You begin your online RDR life by creating and customizing a character, and I had a hard time finding a face I wanted to use, either male or female because … man, without some serious editing and adjusting on my part, the faces I saw were flat-out ugly. The faces weren't ugly in a distinguished and possibly cool way; they look like nuclear accidents. I'm not saying I need Idris Elba or Gal Gadot faces, but nobody in the story mode of the game looks like these people at all. I did, however, enjoy not having to head to the store to buy stuff. Instead, I could use cash or acquired gold to buy things from a handy catalog, which can make the prospect of spending time to upgrade my individual camp much more appetizing. The online component is far from the reason you should dive into the game.
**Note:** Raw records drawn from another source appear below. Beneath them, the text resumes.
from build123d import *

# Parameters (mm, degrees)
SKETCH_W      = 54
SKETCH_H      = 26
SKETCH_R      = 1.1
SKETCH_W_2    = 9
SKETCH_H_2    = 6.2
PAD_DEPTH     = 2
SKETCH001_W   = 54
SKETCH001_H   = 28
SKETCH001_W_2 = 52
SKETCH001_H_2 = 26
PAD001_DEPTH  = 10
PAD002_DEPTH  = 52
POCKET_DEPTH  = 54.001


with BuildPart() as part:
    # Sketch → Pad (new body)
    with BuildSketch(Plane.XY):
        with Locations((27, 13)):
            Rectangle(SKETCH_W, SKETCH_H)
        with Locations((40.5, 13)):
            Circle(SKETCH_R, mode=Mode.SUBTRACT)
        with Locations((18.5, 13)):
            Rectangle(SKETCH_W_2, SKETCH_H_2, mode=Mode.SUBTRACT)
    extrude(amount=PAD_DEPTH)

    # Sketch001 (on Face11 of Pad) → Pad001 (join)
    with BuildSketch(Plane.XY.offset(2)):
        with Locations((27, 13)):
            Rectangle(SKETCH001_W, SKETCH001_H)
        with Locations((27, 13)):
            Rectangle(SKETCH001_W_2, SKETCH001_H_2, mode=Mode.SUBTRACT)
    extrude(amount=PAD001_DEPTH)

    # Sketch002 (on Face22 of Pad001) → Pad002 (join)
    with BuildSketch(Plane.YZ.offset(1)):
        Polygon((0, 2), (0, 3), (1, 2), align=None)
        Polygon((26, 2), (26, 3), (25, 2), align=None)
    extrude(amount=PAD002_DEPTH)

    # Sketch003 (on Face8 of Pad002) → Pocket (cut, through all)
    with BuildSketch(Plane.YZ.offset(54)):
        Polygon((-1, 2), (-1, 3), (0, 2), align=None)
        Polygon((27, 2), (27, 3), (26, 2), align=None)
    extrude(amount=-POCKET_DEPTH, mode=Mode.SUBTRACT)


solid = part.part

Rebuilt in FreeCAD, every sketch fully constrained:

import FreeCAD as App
import Part
import Sketcher

V = App.Vector

doc = App.newDocument("Part")
body = doc.addObject("PartDesign::Body", "Body")

sketch1 = body.newObject("Sketcher::SketchObject", "Sketch")
sketch1.AttachmentSupport = (doc.getObject("XY_Plane"), [""])
sketch1.MapMode = "FlatFace"
sketch1.addGeometry([
    Part.LineSegment(V(0, 26, 0), V(0, 0, 0)),
    Part.LineSegment(V(0, 0, 0), V(54, 0, 0)),
    Part.LineSegment(V(54, 0, 0), V(54, 26, 0)),
    Part.LineSegment(V(54, 26, 0), V(0, 26, 0)),
    Part.LineSegment(V(23, 9.9, 0), V(14, 9.9, 0)),
    Part.LineSegment(V(14, 9.9, 0), V(14, 16.1, 0)),
    Part.LineSegment(V(14, 16.1, 0), V(23, 16.1, 0)),
    Part.LineSegment(V(23, 16.1, 0), V(23, 9.9, 0)),
    Part.Circle(V(40.5, 13, 0), V(0, 0, 1), 1.1),
], False)
sketch1.addConstraint([
    Sketcher.Constraint("Coincident", 0, 2, 1, 1),
    Sketcher.Constraint("Coincident", 1, 2, 2, 1),
    Sketcher.Constraint("Coincident", 2, 2, 3, 1),
    Sketcher.Constraint("Coincident", 3, 2, 0, 1),
    Sketcher.Constraint("Coincident", 4, 2, 5, 1),
    Sketcher.Constraint("Coincident", 5, 2, 6, 1),
    Sketcher.Constraint("Coincident", 6, 2, 7, 1),
    Sketcher.Constraint("Coincident", 7, 2, 4, 1),
    Sketcher.Constraint("Vertical", 0),
    Sketcher.Constraint("Horizontal", 1),
    Sketcher.Constraint("Vertical", 2),
    Sketcher.Constraint("Horizontal", 3),
    Sketcher.Constraint("Horizontal", 4),
    Sketcher.Constraint("Vertical", 5),
    Sketcher.Constraint("Horizontal", 6),
    Sketcher.Constraint("Vertical", 7),
    Sketcher.Constraint("Coincident", 0, 2, -1, 1),
    Sketcher.Constraint("Diameter", 8, 2.2),
    Sketcher.Constraint("DistanceX", 1, 1, 1, 2, 54.0),
    Sketcher.Constraint("DistanceX", 4, 2, 4, 1, 9.0),
    Sketcher.Constraint("DistanceY", 0, 2, 0, 1, 26.0),
    Sketcher.Constraint("DistanceY", 5, 1, 5, 2, 6.2),
    Sketcher.Constraint("DistanceY", -1, 1, 8, 3, 13.0),
    Sketcher.Constraint("DistanceX", -1, 1, 4, 2, 14.0),
    Sketcher.Constraint("DistanceX", -1, 1, 8, 3, 40.5),
    Sketcher.Constraint("DistanceY", -1, 1, 4, 2, 9.9),
])
pad1 = body.newObject("PartDesign::Pad", "Pad")
pad1.Profile = sketch1
pad1.Length = 2

sketch2 = body.newObject("Sketcher::SketchObject", "Sketch001")
sketch2.AttachmentSupport = (doc.getObject("XY_Plane"), [""])
sketch2.MapMode = "FlatFace"
sketch2.AttachmentOffset = App.Placement(V(0, 0, 2), App.Rotation())
sketch2.addGeometry([
    Part.LineSegment(V(0, 27, 0), V(0, -1, 0)),
    Part.LineSegment(V(0, -1, 0), V(54, -1, 0)),
    Part.LineSegment(V(54, -1, 0), V(54, 27, 0)),
    Part.LineSegment(V(54, 27, 0), V(0, 27, 0)),
    Part.LineSegment(V(53, 0, 0), V(1, 0, 0)),
    Part.LineSegment(V(1, 0, 0), V(1, 26, 0)),
    Part.LineSegment(V(1, 26, 0), V(53, 26, 0)),
    Part.LineSegment(V(53, 26, 0), V(53, 0, 0)),
], False)
sketch2.addConstraint([
    Sketcher.Constraint("Coincident", 0, 2, 1, 1),
    Sketcher.Constraint("Coincident", 1, 2, 2, 1),
    Sketcher.Constraint("Coincident", 2, 2, 3, 1),
    Sketcher.Constraint("Coincident", 3, 2, 0, 1),
    Sketcher.Constraint("Coincident", 4, 2, 5, 1),
    Sketcher.Constraint("Coincident", 5, 2, 6, 1),
    Sketcher.Constraint("Coincident", 6, 2, 7, 1),
    Sketcher.Constraint("Coincident", 7, 2, 4, 1),
    Sketcher.Constraint("Vertical", 0),
    Sketcher.Constraint("Horizontal", 1),
    Sketcher.Constraint("Vertical", 2),
    Sketcher.Constraint("Horizontal", 3),
    Sketcher.Constraint("Horizontal", 4),
    Sketcher.Constraint("Vertical", 5),
    Sketcher.Constraint("Horizontal", 6),
    Sketcher.Constraint("Vertical", 7),
    Sketcher.Constraint("PointOnObject", 0, 2, -2),
    Sketcher.Constraint("PointOnObject", 4, 2, -1),
    Sketcher.Constraint("DistanceX", 1, 1, 1, 2, 54.0),
    Sketcher.Constraint("DistanceX", 4, 2, 4, 1, 52.0),
    Sketcher.Constraint("DistanceY", 0, 2, 0, 1, 28.0),
    Sketcher.Constraint("DistanceY", 5, 1, 5, 2, 26.0),
    Sketcher.Constraint("DistanceY", 0, 2, -1, 1, 1.0),
    Sketcher.Constraint("DistanceX", -1, 1, 4, 2, 1.0),
])
pad2 = body.newObject("PartDesign::Pad", "Pad001")
pad2.Profile = sketch2
pad2.Length = 10

sketch3 = body.newObject("Sketcher::SketchObject", "Sketch002")
sketch3.AttachmentSupport = (doc.getObject("YZ_Plane"), [""])
sketch3.MapMode = "FlatFace"
sketch3.AttachmentOffset = App.Placement(V(0, 0, 1), App.Rotation())
sketch3.addGeometry([
    Part.LineSegment(V(0, 3, 0), V(0, 2, 0)),
    Part.LineSegment(V(0, 2, 0), V(1, 2, 0)),
    Part.LineSegment(V(1, 2, 0), V(0, 3, 0)),
    Part.LineSegment(V(26, 2, 0), V(26, 3, 0)),
    Part.LineSegment(V(26, 3, 0), V(25, 2, 0)),
    Part.LineSegment(V(25, 2, 0), V(26, 2, 0)),
], False)
sketch3.addConstraint([
    Sketcher.Constraint("Coincident", 0, 2, 1, 1),
    Sketcher.Constraint("Coincident", 1, 2, 2, 1),
    Sketcher.Constraint("Coincident", 2, 2, 0, 1),
    Sketcher.Constraint("Coincident", 3, 2, 4, 1),
    Sketcher.Constraint("Coincident", 4, 2, 5, 1),
    Sketcher.Constraint("Coincident", 5, 2, 3, 1),
    Sketcher.Constraint("Vertical", 0),
    Sketcher.Constraint("Horizontal", 1),
    Sketcher.Constraint("Vertical", 3),
    Sketcher.Constraint("Horizontal", 5),
    Sketcher.Constraint("PointOnObject", 0, 2, -2),
    Sketcher.Constraint("Perpendicular", 2, 4),
    Sketcher.Constraint("Horizontal", 2, 2, 3, 2),
    Sketcher.Constraint("Horizontal", 1, 2, 4, 2),
    Sketcher.Constraint("Equal", 1, 5),
    Sketcher.Constraint("DistanceX", 1, 1, 1, 2, 1.0),
    Sketcher.Constraint("DistanceY", -1, 1, 0, 2, 2.0),
    Sketcher.Constraint("DistanceX", -1, 1, 3, 2, 26.0),
])
pad3 = body.newObject("PartDesign::Pad", "Pad002")
pad3.Profile = sketch3
pad3.Length = 52

sketch4 = body.newObject("Sketcher::SketchObject", "Sketch003")
sketch4.AttachmentSupport = (doc.getObject("YZ_Plane"), [""])
sketch4.MapMode = "FlatFace"
sketch4.AttachmentOffset = App.Placement(V(0, 0, 54), App.Rotation())
sketch4.addGeometry([
    Part.LineSegment(V(-1, 3, 0), V(-1, 2, 0)),
    Part.LineSegment(V(-1, 2, 0), V(0, 2, 0)),
    Part.LineSegment(V(0, 2, 0), V(-1, 3, 0)),
    Part.LineSegment(V(27, 2, 0), V(27, 3, 0)),
    Part.LineSegment(V(27, 3, 0), V(26, 2, 0)),
    Part.LineSegment(V(26, 2, 0), V(27, 2, 0)),
], False)
sketch4.addConstraint([
    Sketcher.Constraint("Coincident", 0, 2, 1, 1),
    Sketcher.Constraint("Coincident", 1, 2, 2, 1),
    Sketcher.Constraint("Coincident", 2, 2, 0, 1),
    Sketcher.Constraint("Coincident", 3, 2, 4, 1),
    Sketcher.Constraint("Coincident", 4, 2, 5, 1),
    Sketcher.Constraint("Coincident", 5, 2, 3, 1),
    Sketcher.Constraint("Vertical", 0),
    Sketcher.Constraint("Horizontal", 1),
    Sketcher.Constraint("Vertical", 3),
    Sketcher.Constraint("Horizontal", 5),
    Sketcher.Constraint("PointOnObject", 1, 2, -2),
    Sketcher.Constraint("Perpendicular", 2, 4),
    Sketcher.Constraint("Horizontal", 2, 2, 3, 2),
    Sketcher.Constraint("Horizontal", 1, 2, 4, 2),
    Sketcher.Constraint("Equal", 1, 5),
    Sketcher.Constraint("DistanceX", 1, 1, 1, 2, 1.0),
    Sketcher.Constraint("DistanceY", -1, 1, 0, 2, 2.0),
    Sketcher.Constraint("DistanceX", -1, 1, 3, 2, 27.0),
])
pocket1 = body.newObject("PartDesign::Pocket", "Pocket")
pocket1.Profile = sketch4
pocket1.Type = "ThroughAll"

doc.recompute()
I still found myself flipping over to the much richer story mode and trying to unlock more random pieces of narrative.

This was a tale of two (or really, one-and-a-half story playthroughs) for me. During the first one, I was like many people and wanted to mash through the story and reach its end, and it was a truly satisfying experience, aside from what I thought was a really soft ending. Then I jumped in again, this time looking to interact with every possible encounter, using as little fast-travel as possible. That's when I ran into most of the crazy side-stories I mentioned above. That's when Arthur really got to know many of the people in camp instead of just riding with them on designated story missions. I've gone from waiting for it to end to sort of gearing myself up for the end when I see it the next time. We know what happens to Arthur Morgan at the end, but there's a moment during that end where he gets to see a pretty sunset, and the game lets you take a long look. He's dying, but that long look ends up being just enough.